» **Work request**: Which of the lines in the data mention the string "centre"? List them all.

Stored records
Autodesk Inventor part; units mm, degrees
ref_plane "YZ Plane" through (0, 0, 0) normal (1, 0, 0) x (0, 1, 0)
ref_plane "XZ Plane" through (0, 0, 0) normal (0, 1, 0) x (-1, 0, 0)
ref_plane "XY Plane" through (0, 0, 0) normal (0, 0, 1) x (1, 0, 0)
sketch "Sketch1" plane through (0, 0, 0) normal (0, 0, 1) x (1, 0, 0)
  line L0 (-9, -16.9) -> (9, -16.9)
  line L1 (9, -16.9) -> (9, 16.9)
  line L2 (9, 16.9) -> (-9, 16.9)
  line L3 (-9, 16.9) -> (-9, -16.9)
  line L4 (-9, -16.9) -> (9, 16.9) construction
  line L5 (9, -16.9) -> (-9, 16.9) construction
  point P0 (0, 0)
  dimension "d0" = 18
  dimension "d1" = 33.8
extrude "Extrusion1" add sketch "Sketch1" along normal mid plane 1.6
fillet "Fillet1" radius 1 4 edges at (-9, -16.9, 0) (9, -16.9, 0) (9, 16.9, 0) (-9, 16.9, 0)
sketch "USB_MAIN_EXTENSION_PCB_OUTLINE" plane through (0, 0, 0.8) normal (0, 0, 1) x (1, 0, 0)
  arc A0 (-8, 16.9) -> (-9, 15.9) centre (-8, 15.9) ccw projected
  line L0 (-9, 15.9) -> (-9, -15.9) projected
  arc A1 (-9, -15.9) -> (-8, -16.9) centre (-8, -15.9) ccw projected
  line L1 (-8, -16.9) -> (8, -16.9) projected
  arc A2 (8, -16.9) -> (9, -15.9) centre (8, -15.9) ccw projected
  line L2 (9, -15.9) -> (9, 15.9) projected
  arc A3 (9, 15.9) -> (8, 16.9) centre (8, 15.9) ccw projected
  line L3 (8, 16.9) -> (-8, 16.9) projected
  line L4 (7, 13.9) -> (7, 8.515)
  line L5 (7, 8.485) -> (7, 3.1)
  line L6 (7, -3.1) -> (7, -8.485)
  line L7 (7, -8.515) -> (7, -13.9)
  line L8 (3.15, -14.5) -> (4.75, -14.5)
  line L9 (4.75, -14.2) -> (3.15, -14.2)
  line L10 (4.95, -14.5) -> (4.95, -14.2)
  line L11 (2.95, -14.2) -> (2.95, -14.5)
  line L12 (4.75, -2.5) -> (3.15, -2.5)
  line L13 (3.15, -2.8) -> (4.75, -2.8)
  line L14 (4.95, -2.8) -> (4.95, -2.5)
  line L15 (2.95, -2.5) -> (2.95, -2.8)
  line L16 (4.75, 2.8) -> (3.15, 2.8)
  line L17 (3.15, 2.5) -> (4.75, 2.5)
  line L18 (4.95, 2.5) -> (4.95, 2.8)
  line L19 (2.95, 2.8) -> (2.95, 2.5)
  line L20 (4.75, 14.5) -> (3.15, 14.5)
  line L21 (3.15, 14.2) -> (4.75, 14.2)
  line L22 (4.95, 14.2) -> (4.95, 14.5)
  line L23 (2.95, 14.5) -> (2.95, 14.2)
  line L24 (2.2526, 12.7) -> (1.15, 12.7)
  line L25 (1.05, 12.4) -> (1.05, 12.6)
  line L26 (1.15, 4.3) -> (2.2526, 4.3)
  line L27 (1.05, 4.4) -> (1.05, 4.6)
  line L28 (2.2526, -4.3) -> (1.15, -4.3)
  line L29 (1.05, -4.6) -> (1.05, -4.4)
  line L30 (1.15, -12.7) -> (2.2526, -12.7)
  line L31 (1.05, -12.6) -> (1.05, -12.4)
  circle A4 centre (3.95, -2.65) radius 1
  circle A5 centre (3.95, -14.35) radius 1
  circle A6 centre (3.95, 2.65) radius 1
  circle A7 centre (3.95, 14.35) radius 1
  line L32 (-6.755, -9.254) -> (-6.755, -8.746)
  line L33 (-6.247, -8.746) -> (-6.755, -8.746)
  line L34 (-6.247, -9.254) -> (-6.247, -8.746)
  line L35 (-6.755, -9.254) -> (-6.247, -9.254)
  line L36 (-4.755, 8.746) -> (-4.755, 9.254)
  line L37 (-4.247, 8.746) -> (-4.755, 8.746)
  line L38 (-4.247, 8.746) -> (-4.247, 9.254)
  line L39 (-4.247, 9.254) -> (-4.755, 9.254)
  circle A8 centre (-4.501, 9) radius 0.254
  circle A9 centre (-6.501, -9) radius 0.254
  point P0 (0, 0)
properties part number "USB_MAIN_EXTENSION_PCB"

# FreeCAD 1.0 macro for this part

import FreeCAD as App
import Part
import Sketcher


def edges_at(feature, points):
    """Names of the edges that pass closest to the given points."""
    edges = feature.Shape.Edges
    near = lambda p: min(range(len(edges)), key=lambda i: edges[i].distToShape(Part.Vertex(*p))[0])
    return sorted({f"Edge{near(p) + 1}" for p in points})


def add_polygon(sketch, points):
    """Adds a closed chain of lines whose ends are joined by coincident constraints."""
    first, n = sketch.GeometryCount, len(points)
    for a, b in zip(points, points[1:] + points[:1]):
        sketch.addGeometry(Part.LineSegment(App.Vector(*a, 0), App.Vector(*b, 0)), False)
    for i in range(n):
        sketch.addConstraint(Sketcher.Constraint("Coincident", first + i, 2, first + (i + 1) % n, 1))

doc = App.newDocument("Part")
body = doc.addObject("PartDesign::Body", "Body")

# Sketch on XY plane
sketch1 = doc.addObject("Sketcher::SketchObject", "Sketch")
body.addObject(sketch1)
sketch1.AttachmentSupport = (doc.XY_Plane, [""])
sketch1.MapMode = "FlatFace"
add_polygon(sketch1, [(-9, 17), (-9, -17), (9, -17), (9, 17)])  # lines 0-3
sketch1.addConstraint([
    Sketcher.Constraint("Vertical", 0),
    Sketcher.Constraint("Horizontal", 1),
    Sketcher.Constraint("Vertical", 2),
    Sketcher.Constraint("Horizontal", 3),
    Sketcher.Constraint("Symmetric", 0, 2, 2, 2, -1, 1),
    Sketcher.Constraint("DistanceX", 1, 1, 1, 2, 18.0),
    Sketcher.Constraint("DistanceY", 0, 2, 0, 1, 33.8),
])
pad1 = doc.addObject("PartDesign::Pad", "Pad")
body.addObject(pad1)
pad1.Profile = sketch1
pad1.Length = 1.6
pad1.Midplane = True
doc.recompute()

fillet = doc.addObject("PartDesign::Fillet", "Fillet")
body.addObject(fillet)
fillet.Base = (pad1, edges_at(pad1, [
    (-9, -16.9, 0),
    (9, -16.9, 0),
    (9, 16.9, 0),
    (-9, 16.9, 0),
]))
fillet.Radius = 1

doc.recompute()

» **Task answer**:
  arc A0 (-8, 16.9) -> (-9, 15.9) centre (-8, 15.9) ccw projected
  arc A1 (-9, -15.9) -> (-8, -16.9) centre (-8, -15.9) ccw projected
  arc A2 (8, -16.9) -> (9, -15.9) centre (8, -15.9) ccw projected
  arc A3 (9, 15.9) -> (8, 16.9) centre (8, 15.9) ccw projected
  circle A4 centre (3.95, -2.65) radius 1
  circle A5 centre (3.95, -14.35) radius 1
  circle A6 centre (3.95, 2.65) radius 1
  circle A7 centre (3.95, 14.35) radius 1
  circle A8 centre (-4.501, 9) radius 0.254
  circle A9 centre (-6.501, -9) radius 0.254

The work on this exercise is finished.